---
title: Hashing
description: Learn about cryptographic hashes and why they're critical to how IPFS, the InterPlanetary File System, works.
sidebarDepth: 0
---

# Hashing

Cryptographic hashes are functions that take some arbitrary input and return a fixed-length value. The particular value depends on the given hash algorithm in use, such as [SHA-1](https://en.wikipedia.org/wiki/SHA-1) (used by git), [SHA-256](https://en.wikipedia.org/wiki/SHA-2), or [BLAKE2](<https://en.wikipedia.org/wiki/BLAKE_(hash_function)#BLAKE2>), but a given hash algorithm always returns the same value for a given input. Have a look at Wikipedia's [full list of hash functions](https://en.wikipedia.org/wiki/List_of_hash_functions) for more.

As an example, the input:

```
Hello world
```

would be represented by **SHA-1** as:

```
0x7B502C3A1F48C8609AE212CDFB639DEE39673F5E
```

However, the exact same input generates the following output using **SHA-256**:

```
0x64EC88CA00B268E5BA1A35678A1B5316D212F4F366B2477232534A8AECA37F3C
```

Notice that the second hash is longer than the first one. This is because SHA-1 creates a 160-bit hash, while SHA-256 creates a 256-bit hash. The prepended `0x` indicates that the following hash is represented as a hexadecimal number.

Hashes can be represented in different bases (`base2`, `base16`, `base32`, etc.). In fact, IPFS uses that as part of its [content identifiers](content-addressing.md) and supports multiple base representations at the same time, using the [Multibase](https://github.com/multiformats/multibase) protocol.

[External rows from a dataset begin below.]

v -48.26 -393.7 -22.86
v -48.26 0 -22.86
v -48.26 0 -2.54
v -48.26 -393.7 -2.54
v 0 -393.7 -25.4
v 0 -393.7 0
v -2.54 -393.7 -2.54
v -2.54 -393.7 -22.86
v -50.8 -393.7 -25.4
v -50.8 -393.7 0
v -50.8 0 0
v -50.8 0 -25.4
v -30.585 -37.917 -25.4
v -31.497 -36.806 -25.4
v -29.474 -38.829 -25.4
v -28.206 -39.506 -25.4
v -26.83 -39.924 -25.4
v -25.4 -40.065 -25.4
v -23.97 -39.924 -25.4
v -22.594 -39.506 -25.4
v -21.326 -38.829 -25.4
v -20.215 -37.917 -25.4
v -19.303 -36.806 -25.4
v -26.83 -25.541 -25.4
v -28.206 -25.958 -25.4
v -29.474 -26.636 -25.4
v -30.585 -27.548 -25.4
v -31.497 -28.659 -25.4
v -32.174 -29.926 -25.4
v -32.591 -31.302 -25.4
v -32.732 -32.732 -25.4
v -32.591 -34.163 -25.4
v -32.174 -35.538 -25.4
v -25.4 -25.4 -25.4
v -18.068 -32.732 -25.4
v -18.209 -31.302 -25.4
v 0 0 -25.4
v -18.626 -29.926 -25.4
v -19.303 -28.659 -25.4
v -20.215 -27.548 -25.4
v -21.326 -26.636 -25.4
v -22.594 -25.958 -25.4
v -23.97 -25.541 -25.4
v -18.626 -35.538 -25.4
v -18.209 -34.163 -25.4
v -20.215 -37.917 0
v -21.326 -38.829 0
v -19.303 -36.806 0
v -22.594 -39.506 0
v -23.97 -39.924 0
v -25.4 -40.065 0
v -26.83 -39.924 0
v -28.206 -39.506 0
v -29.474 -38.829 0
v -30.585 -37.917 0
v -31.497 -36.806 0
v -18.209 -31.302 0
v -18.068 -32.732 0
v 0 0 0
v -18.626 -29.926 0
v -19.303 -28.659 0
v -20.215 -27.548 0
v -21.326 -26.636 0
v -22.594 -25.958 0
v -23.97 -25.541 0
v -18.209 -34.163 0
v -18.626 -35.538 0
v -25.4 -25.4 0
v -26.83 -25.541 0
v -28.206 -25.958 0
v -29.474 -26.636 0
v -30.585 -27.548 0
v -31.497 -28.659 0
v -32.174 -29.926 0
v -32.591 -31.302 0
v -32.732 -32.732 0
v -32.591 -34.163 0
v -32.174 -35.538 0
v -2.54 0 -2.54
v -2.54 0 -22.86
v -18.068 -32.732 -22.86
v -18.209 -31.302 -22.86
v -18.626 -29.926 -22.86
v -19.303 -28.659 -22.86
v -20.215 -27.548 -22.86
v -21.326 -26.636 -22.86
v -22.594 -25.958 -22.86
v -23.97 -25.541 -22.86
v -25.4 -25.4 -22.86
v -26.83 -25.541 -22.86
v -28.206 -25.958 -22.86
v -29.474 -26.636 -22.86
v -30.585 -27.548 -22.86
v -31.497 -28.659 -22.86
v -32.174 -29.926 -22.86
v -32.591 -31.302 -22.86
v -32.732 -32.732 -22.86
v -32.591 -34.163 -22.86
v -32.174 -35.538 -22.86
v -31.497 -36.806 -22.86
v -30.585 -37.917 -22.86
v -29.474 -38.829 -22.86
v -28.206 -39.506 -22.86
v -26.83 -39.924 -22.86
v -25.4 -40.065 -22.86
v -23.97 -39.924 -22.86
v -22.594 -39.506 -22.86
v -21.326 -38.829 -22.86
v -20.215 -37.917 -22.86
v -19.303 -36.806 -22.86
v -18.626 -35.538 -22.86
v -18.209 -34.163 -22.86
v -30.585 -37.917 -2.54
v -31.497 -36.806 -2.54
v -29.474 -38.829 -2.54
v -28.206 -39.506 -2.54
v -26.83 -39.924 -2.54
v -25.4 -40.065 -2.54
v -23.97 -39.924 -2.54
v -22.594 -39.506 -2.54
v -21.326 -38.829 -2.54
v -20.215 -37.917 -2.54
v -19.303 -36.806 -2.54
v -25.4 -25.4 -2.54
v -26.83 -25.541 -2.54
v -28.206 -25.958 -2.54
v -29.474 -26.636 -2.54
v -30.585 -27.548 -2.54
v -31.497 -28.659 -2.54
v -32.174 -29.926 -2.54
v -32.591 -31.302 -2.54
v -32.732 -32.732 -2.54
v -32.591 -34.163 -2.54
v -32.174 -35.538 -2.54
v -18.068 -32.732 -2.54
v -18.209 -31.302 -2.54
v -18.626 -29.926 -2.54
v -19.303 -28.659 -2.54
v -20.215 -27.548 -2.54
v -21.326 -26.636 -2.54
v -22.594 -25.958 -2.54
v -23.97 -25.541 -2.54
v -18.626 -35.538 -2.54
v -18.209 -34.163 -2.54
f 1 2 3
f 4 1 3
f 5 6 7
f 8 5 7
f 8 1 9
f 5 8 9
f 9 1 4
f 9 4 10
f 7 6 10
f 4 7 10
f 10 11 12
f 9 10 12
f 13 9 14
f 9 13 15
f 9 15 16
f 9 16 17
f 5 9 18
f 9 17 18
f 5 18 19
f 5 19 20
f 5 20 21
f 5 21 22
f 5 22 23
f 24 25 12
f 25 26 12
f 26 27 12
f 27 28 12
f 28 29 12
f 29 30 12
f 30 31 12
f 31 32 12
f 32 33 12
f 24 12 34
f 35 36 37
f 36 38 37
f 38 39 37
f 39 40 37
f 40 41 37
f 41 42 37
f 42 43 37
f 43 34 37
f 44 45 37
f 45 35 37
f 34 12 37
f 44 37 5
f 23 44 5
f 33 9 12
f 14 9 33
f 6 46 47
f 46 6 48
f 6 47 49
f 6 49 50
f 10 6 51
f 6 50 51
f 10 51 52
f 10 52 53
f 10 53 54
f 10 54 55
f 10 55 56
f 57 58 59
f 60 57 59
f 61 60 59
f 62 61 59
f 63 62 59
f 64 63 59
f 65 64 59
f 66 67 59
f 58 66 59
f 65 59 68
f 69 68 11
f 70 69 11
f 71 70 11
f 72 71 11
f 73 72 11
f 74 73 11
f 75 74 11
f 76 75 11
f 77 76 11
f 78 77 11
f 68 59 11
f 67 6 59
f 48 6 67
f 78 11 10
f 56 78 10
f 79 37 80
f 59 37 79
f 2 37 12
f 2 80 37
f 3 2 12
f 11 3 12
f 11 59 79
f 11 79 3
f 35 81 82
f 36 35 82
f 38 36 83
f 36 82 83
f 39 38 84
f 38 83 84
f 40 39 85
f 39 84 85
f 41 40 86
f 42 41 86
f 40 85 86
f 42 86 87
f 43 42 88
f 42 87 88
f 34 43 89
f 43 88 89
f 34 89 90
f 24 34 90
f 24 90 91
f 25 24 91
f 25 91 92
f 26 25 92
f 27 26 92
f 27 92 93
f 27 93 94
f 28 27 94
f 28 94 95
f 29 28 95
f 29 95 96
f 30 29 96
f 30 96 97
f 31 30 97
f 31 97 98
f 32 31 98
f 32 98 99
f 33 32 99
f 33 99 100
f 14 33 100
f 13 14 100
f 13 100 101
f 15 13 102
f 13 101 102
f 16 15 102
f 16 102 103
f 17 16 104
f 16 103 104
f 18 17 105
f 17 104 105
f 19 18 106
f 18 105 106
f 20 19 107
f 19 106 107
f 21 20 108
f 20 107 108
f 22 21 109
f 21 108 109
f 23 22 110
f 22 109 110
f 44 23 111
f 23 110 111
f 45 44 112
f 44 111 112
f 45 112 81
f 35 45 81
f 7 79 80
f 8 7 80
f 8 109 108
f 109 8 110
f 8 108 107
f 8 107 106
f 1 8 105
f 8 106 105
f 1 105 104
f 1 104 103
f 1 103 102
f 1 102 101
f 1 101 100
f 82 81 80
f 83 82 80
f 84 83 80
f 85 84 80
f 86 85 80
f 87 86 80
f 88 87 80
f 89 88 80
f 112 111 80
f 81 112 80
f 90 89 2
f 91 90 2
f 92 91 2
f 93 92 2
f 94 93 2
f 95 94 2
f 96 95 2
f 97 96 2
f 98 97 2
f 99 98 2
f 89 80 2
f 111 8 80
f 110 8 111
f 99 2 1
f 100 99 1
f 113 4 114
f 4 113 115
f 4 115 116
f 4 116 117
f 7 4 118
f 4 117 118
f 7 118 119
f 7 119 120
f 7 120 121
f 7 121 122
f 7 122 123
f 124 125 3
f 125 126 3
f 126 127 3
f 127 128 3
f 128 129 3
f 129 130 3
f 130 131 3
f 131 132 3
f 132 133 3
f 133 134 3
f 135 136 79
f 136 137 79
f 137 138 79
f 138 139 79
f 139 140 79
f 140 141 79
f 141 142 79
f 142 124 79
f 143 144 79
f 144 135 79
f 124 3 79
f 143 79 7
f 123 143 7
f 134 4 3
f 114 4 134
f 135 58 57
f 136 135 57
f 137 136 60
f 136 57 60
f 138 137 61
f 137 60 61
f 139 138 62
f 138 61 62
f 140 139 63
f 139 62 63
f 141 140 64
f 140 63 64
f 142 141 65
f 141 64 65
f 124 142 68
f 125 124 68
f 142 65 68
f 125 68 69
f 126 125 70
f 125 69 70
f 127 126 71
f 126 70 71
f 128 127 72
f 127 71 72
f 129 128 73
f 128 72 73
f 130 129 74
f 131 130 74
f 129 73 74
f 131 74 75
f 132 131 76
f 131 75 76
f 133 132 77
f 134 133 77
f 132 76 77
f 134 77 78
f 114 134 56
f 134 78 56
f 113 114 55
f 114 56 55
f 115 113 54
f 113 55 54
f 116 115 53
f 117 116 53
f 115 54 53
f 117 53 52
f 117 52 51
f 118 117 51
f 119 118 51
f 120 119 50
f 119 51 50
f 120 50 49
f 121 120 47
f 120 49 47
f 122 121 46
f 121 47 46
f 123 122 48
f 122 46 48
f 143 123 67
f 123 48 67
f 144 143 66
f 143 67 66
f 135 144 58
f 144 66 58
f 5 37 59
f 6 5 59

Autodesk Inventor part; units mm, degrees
ref_plane "YZ Plane" through (0, 0, 0) normal (1, 0, 0) x (0, 1, 0)
ref_plane "XZ Plane" through (0, 0, 0) normal (0, 1, 0) x (-1, 0, 0)
ref_plane "XY Plane" through (0, 0, 0) normal (0, 0, 1) x (1, 0, 0)
sketch "Sketch1" plane through (0, 0, 0) normal (0, 1, 0) x (-1, 0, 0)
  line L0 (0, 0) -> (50.8, 0)
  line L1 (50.8, 0) -> (50.8, -25.4)
  line L2 (50.8, -25.4) -> (0, -25.4)
  line L3 (0, -25.4) -> (0, 0)
  line L4 (2.54, -22.86) -> (48.26, -22.86)
  line L5 (48.26, -22.86) -> (48.26, -2.54)
  line L6 (48.26, -2.54) -> (2.54, -2.54)
  line L7 (2.54, -2.54) -> (2.54, -22.86)
  dimension "d0" = 50.8
  dimension "d1" = 25.4
  dimension "d2" = 2.54
extrude "Extrusion1" add sketch "Sketch1" against normal blind 393.7
sketch "Sketch2" plane through (-50.8, 0, 0) normal (0, 0, 1) x (1, 0, 0)
  circle A0 centre (25.4, -32.7323) radius 7.3323 projected
  line L0 (50.8, -279.4) -> (0, -279.4) projected
  line L1 (50.8, -279.4) -> (50.8, 0) projected
  line L2 (0, 0) -> (50.8, 0) projected
  line L3 (0, -279.4) -> (0, 0) projected
  circle A1 centre (25.4, -32.7323) radius 7.3323
extrude "Extrusion2" cut sketch "Sketch2" against normal through all contours A0
properties part number "Aluminum channel pivot mount"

For example, the SHA-256 hash of "Hello world" from above can be represented as base 32 as:

```
mtwirsqawjuoloq2gvtyug2tc3jbf5htm2zeo4rsknfiv3fdp46a
```
::: tip
If you're interested in how cryptographic hashes fit into how IPFS works with files in general, check out this video from IPFS Camp 2019! [Core Course: How IPFS Deals With Files](https://www.youtube.com/watch?v=Z5zNPwMDYGg)
:::

## Important hash characteristics

Cryptographic hashes come with several important characteristics:

- **deterministic** - the same input message always returns exactly the same output hash
- **uncorrelated** - a small change in the message should generate a completely different hash
- **unique** - it's infeasible to generate the same hash from two different messages
- **one-way** - it's infeasible to guess or calculate the input message from its hash

These features also mean we can use a cryptographic hash to identify any piece of data: the hash is unique to the data we calculated it from and it's not too long so sending it around the network doesn't take up a lot of resource. A hash is a fixed length, so the SHA-256 hash of a one-gigabyte video file is still only 32 bytes.

That's critical for a distributed system like IPFS, where we want to be able to store and retrieve data from many places. A computer running IPFS can ask all the peers it's connected to whether they have a file with a particular hash and, if one of them does, they send back the whole file. Without a short, unique identifier like a cryptographic hash, [content addressing](content-addressing.md) wouldn't be possible.